▶ [WHAT YOU NEED TO DO]: Where a line in the material below has the string "with", please report it.

--*--

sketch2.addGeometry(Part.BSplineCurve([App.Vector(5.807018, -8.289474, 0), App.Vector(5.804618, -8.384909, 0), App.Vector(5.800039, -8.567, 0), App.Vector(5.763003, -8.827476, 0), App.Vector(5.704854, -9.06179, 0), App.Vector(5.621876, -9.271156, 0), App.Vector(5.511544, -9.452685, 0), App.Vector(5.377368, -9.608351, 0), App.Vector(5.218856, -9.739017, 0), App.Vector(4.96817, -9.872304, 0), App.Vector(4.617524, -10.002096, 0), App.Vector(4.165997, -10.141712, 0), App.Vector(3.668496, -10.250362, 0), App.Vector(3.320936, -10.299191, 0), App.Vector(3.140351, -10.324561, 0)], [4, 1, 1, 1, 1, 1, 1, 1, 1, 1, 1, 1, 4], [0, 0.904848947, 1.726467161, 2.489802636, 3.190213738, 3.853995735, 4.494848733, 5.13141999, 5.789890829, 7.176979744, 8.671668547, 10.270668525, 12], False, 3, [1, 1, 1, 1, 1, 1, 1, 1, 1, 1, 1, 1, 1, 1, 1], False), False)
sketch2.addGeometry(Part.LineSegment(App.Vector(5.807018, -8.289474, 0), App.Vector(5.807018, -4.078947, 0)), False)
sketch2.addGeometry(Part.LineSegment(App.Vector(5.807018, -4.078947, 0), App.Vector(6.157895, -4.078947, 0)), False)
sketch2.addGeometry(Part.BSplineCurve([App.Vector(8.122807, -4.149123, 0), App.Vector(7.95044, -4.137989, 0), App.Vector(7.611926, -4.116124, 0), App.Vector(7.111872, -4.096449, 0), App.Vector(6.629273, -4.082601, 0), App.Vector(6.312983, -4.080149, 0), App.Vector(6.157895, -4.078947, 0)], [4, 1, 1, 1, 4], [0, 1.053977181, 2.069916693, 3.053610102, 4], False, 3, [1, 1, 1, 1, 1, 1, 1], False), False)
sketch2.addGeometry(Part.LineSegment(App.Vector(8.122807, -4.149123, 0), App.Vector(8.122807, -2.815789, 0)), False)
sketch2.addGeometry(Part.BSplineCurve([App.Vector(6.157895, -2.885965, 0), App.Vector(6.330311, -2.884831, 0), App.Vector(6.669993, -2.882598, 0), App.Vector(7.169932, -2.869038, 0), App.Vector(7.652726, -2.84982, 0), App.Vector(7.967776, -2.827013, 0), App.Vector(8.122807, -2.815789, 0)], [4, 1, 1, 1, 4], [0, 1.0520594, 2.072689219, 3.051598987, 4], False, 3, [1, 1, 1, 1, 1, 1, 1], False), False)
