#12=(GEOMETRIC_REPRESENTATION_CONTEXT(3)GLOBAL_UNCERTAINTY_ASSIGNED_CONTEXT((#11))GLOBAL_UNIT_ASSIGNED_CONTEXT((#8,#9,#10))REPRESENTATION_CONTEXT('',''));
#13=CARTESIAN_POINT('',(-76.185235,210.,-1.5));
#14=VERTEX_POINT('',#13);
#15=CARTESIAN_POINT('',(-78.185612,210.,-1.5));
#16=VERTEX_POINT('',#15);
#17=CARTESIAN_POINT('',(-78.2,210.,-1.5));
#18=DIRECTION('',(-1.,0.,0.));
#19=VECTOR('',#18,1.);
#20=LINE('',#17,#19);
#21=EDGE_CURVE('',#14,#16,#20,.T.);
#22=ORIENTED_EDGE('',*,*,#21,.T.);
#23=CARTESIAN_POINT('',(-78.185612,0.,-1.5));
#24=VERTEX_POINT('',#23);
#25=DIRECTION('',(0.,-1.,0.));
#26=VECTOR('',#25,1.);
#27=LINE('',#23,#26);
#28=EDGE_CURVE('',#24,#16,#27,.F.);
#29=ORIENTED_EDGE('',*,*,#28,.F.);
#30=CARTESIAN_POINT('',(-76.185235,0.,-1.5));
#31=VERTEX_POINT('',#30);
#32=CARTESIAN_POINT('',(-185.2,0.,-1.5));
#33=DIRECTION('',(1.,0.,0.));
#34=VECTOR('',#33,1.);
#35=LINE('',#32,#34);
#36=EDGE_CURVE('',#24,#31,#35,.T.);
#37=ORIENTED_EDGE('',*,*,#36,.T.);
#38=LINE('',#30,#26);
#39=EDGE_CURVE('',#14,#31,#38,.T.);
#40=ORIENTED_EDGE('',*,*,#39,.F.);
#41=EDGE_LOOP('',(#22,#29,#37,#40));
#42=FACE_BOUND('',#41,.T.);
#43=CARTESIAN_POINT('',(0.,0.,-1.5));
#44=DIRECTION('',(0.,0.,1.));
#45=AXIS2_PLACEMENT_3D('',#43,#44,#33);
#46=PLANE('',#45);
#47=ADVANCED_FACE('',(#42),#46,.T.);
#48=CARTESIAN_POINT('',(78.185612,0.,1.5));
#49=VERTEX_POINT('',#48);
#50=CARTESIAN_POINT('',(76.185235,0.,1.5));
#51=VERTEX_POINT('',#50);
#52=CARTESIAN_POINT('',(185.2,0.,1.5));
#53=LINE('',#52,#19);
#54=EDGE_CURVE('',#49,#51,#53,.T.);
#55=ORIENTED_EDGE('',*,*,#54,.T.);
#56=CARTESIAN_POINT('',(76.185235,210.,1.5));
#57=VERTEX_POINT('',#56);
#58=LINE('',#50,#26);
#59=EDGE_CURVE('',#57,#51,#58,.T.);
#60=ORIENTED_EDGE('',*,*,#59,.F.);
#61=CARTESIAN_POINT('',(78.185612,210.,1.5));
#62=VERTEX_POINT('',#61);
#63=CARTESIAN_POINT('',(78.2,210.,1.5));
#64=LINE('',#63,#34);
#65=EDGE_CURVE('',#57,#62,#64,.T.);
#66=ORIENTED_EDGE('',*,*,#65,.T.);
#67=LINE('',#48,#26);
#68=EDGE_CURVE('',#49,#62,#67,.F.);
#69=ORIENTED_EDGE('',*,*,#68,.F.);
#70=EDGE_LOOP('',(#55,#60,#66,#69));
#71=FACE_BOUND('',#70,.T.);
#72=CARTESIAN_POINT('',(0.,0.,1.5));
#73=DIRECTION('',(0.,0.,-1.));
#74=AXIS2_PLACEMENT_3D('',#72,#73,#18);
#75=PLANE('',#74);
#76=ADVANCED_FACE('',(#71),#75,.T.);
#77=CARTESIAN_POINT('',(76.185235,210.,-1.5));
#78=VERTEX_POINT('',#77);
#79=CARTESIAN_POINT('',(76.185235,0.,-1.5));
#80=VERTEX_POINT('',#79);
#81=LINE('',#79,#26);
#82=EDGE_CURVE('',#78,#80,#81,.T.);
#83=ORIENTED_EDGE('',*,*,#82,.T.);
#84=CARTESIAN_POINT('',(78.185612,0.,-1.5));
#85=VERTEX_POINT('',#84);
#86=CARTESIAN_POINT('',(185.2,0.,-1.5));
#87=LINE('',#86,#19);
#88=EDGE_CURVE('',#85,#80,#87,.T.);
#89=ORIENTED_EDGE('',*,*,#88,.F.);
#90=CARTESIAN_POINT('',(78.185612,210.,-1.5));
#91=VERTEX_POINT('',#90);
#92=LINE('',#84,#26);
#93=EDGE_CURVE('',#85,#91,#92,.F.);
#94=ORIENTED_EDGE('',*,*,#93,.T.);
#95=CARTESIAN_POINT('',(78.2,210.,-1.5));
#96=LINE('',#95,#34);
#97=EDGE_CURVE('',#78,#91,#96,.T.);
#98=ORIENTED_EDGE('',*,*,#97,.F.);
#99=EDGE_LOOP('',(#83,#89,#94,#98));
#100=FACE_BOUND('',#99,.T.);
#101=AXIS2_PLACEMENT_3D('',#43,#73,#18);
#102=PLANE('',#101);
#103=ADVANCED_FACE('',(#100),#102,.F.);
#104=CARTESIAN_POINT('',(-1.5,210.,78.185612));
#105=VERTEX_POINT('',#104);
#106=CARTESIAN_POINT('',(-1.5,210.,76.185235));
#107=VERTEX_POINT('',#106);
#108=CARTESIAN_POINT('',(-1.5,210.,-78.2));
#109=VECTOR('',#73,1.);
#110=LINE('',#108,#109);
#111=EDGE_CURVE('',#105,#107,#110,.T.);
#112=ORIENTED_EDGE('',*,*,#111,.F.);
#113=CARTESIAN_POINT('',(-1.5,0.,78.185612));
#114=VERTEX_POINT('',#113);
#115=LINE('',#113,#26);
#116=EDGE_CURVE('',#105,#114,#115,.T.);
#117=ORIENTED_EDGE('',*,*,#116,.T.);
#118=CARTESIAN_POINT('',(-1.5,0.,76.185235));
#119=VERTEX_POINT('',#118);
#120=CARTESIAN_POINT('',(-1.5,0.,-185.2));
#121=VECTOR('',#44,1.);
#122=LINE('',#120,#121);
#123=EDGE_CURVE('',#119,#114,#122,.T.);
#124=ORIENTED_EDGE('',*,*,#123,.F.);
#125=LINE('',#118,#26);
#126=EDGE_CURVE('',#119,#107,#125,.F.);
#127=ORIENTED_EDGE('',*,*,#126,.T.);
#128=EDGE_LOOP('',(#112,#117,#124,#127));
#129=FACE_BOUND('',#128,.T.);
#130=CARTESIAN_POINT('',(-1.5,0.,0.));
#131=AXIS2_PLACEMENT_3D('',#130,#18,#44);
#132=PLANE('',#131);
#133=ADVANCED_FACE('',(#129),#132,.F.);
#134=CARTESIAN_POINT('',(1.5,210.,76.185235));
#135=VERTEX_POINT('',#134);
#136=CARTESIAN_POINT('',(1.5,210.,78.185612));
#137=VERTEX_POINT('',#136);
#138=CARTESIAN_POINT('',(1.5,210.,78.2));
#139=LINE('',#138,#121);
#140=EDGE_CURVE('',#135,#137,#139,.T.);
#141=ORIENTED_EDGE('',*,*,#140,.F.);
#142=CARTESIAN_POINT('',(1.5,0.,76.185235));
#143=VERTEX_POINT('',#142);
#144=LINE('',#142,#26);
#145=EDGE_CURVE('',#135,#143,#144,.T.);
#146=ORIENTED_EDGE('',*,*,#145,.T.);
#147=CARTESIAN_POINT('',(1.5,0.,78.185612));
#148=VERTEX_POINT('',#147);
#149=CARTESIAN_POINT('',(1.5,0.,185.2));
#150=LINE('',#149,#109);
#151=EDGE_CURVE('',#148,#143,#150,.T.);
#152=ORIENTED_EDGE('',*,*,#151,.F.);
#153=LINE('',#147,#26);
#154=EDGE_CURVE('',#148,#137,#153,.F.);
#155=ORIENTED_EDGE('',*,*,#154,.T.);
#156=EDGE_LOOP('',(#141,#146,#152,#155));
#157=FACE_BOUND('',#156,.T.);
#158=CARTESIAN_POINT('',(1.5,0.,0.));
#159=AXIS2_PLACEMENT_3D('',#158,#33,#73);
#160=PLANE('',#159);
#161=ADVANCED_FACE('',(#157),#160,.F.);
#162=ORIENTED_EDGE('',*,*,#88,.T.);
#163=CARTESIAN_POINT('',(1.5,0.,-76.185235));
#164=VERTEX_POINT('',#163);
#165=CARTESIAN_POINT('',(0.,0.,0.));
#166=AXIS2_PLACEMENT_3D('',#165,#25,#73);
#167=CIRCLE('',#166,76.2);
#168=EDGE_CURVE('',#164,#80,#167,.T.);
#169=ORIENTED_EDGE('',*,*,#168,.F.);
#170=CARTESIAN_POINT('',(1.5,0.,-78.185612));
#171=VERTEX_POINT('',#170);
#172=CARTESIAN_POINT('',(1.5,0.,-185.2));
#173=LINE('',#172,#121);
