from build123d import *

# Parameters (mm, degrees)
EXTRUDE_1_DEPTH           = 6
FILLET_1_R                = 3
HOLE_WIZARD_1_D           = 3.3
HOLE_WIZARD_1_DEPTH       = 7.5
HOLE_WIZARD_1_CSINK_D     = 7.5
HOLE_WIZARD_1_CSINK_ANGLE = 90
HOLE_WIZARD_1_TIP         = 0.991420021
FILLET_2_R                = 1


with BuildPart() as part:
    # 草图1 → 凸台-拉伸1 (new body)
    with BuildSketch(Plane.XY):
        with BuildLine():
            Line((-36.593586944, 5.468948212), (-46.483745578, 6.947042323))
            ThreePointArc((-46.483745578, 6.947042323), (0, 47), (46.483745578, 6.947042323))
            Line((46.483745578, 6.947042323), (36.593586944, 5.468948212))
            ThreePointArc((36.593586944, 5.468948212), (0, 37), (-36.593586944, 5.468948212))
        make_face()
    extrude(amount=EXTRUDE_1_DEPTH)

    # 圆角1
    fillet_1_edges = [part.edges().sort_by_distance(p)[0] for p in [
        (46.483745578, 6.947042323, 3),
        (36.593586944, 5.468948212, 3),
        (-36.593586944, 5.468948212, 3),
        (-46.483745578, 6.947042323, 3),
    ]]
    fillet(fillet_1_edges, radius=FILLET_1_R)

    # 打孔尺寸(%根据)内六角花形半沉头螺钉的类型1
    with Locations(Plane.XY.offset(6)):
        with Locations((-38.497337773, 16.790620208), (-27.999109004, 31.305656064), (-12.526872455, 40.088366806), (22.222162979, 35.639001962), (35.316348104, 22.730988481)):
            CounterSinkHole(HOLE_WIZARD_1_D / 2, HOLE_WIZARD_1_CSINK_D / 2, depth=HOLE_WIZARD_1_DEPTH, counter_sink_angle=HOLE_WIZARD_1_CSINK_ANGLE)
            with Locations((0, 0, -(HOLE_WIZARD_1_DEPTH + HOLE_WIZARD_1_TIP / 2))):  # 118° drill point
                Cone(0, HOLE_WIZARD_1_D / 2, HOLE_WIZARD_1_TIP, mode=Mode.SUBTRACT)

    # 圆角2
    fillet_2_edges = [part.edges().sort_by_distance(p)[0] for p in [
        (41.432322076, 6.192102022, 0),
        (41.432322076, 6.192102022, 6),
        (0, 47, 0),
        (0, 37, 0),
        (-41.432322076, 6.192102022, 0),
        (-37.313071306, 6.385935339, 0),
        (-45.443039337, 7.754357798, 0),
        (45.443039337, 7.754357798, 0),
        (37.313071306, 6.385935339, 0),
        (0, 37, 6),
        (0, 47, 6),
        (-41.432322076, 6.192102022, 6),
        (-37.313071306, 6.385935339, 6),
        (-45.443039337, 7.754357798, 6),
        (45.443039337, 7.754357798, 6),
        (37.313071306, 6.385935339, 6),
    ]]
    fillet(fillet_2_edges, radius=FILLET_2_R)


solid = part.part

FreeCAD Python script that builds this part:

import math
import FreeCAD as App
import Part
import Sketcher
from FreeCAD import Vector
Q = App.Units.Quantity


def edges_at(feature, points):
    """Names of the edges that pass closest to the given points."""
    edges = feature.Shape.Edges
    near = lambda p: min(range(len(edges)), key=lambda i: edges[i].distToShape(Part.Vertex(*p))[0])
    return sorted({f"Edge{near(p) + 1}" for p in points})

doc = App.newDocument("Part")
body = doc.addObject("PartDesign::Body", "Body")

# Sketch on XY plane
sketch1 = body.newObject("Sketcher::SketchObject", "Sketch")
sketch1.AttachmentSupport = (doc.getObject("XY_Plane"), [""])
sketch1.MapMode = "FlatFace"
sketch1.addGeometry([
    Part.LineSegment(Vector(-46, 7, 0), Vector(-37, 5, 0)),
    Part.ArcOfCircle(Part.Circle(Vector(0, 0, 0), Vector(0, 0, 1), 37), math.radians(9), math.radians(171)),
    Part.LineSegment(Vector(37, 5, 0), Vector(46, 7, 0)),
    Part.ArcOfCircle(Part.Circle(Vector(0, 0, 0), Vector(0, 0, 1), 47), math.radians(8), math.radians(172)),
], False)
sketch1.addConstraint([
    Sketcher.Constraint("Coincident", 0, 2, 1, 2),
    Sketcher.Constraint("Coincident", 1, 1, 2, 1),
    Sketcher.Constraint("Coincident", 2, 2, 3, 1),
    Sketcher.Constraint("Coincident", 3, 2, 0, 1),
    Sketcher.Constraint("Coincident", 1, 3, -1, 1),
    Sketcher.Constraint("Coincident", 3, 3, -1, 1),
    Sketcher.Constraint("Horizontal", 0, 2, 1, 1),
    Sketcher.Constraint("Horizontal", 2, 2, 3, 2),
    Sketcher.Constraint("Radius", 1, Q("37 mm")),
    Sketcher.Constraint("Radius", 3, Q("47 mm")),
    Sketcher.Constraint("Angle", 0, Q("-8.5 deg")),
    Sketcher.Constraint("DistanceY", -1, 1, 0, 2, Q("5.468948 mm")),
])
pad1 = body.newObject("PartDesign::Pad", "Pad")
pad1.Profile = sketch1
pad1.Length = 6
doc.recompute()

fillet = body.newObject("PartDesign::Fillet", "Fillet")
fillet.Base = (pad1, edges_at(pad1, [
    (46.484, 6.947, 3),
    (36.594, 5.469, 3),
    (-36.594, 5.469, 3),
    (-46.484, 6.947, 3),
]))
fillet.Radius = 3

# Sketch on XY plane
sketch2 = body.newObject("Sketcher::SketchObject", "Sketch001")
sketch2.AttachmentSupport = (doc.getObject("XY_Plane"), [""])
sketch2.MapMode = "FlatFace"
sketch2.AttachmentOffset = App.Placement(Vector(0, 0, 6), App.Rotation())
sketch2.addGeometry([
    Part.Circle(Vector(-38.5, 16.8, 0), Vector(0, 0, 1), 1.6),  # 0
    Part.Circle(Vector(-28, 31.3, 0), Vector(0, 0, 1), 1.6),  # 1
    Part.Circle(Vector(-12.5, 40.1, 0), Vector(0, 0, 1), 1.6),  # 2
    Part.Circle(Vector(22.2, 35.6, 0), Vector(0, 0, 1), 1.6),  # 3
    Part.Circle(Vector(35.3, 22.7, 0), Vector(0, 0, 1), 1.6),  # 4
], False)
sketch2.addConstraint([
    Sketcher.Constraint("Equal", 0, 1),
    Sketcher.Constraint("Equal", 1, 2),
    Sketcher.Constraint("Equal", 2, 3),
    Sketcher.Constraint("Equal", 3, 4),
    Sketcher.Constraint("Diameter", 0, Q("3.3 mm")),
    Sketcher.Constraint("DistanceY", -1, 1, 3, 3, Q("35.639002 mm")),
    Sketcher.Constraint("DistanceX", 0, 3, 3, 3, Q("60.719501 mm")),
    Sketcher.Constraint("DistanceY", -1, 1, 0, 3, Q("16.79062 mm")),
    Sketcher.Constraint("DistanceX", 1, 3, -1, 1, Q("27.999109 mm")),
    Sketcher.Constraint("DistanceX", -1, 1, 4, 3, Q("35.316348 mm")),
    Sketcher.Constraint("DistanceY", -1, 1, 4, 3, Q("22.730988 mm")),
    Sketcher.Constraint("DistanceX", 0, 3, 1, 3, Q("10.498229 mm")),
    Sketcher.Constraint("DistanceY", 1, 3, 2, 3, Q("8.782711 mm")),
    Sketcher.Constraint("DistanceX", 2, 3, 4, 3, Q("47.843221 mm")),
    Sketcher.Constraint("DistanceY", 4, 3, 2, 3, Q("17.357378 mm")),
])
doc.recompute()
hole = body.newObject("PartDesign::Hole", "Hole")
hole.Profile = sketch2
hole.ThreadType = "None"
hole.Diameter = 3.3
hole.DepthType = "Dimension"
hole.Depth = 7.5
hole.DrillPoint = "Angled"
hole.DrillPointAngle = 118
hole.HoleCutType = "Countersink"
hole.HoleCutDiameter = 7.5
hole.HoleCutCountersinkAngle = 90
doc.recompute()

fillet2 = body.newObject("PartDesign::Fillet", "Fillet001")
fillet2.Base = (hole, edges_at(hole, [
    (41.432, 6.192, 0),
    (41.432, 6.192, 6),
    (0, 47, 0),
    (0, 37, 0),
    (-41.432, 6.192, 0),
    (-37.313, 6.386, 0),
    (-45.443, 7.754, 0),
    (45.443, 7.754, 0),
    (37.313, 6.386, 0),
    (0, 37, 6),
    (0, 47, 6),
    (-41.432, 6.192, 6),
    (-37.313, 6.386, 6),
    (-45.443, 7.754, 6),
    (45.443, 7.754, 6),
    (37.313, 6.386, 6),
]))
fillet2.Radius = 1

doc.recompute()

--*--

▶ [EXPECTED ANSWER]:
with BuildPart() as part:
    with BuildSketch(Plane.XY):
        with BuildLine():
    with Locations(Plane.XY.offset(6)):
        with Locations((-38.497337773, 16.790620208), (-27.999109004, 31.305656064), (-12.526872455, 40.088366806), (22.222162979, 35.639001962), (35.316348104, 22.730988481)):
            with Locations((0, 0, -(HOLE_WIZARD_1_DEPTH + HOLE_WIZARD_1_TIP / 2))):  # 118° drill point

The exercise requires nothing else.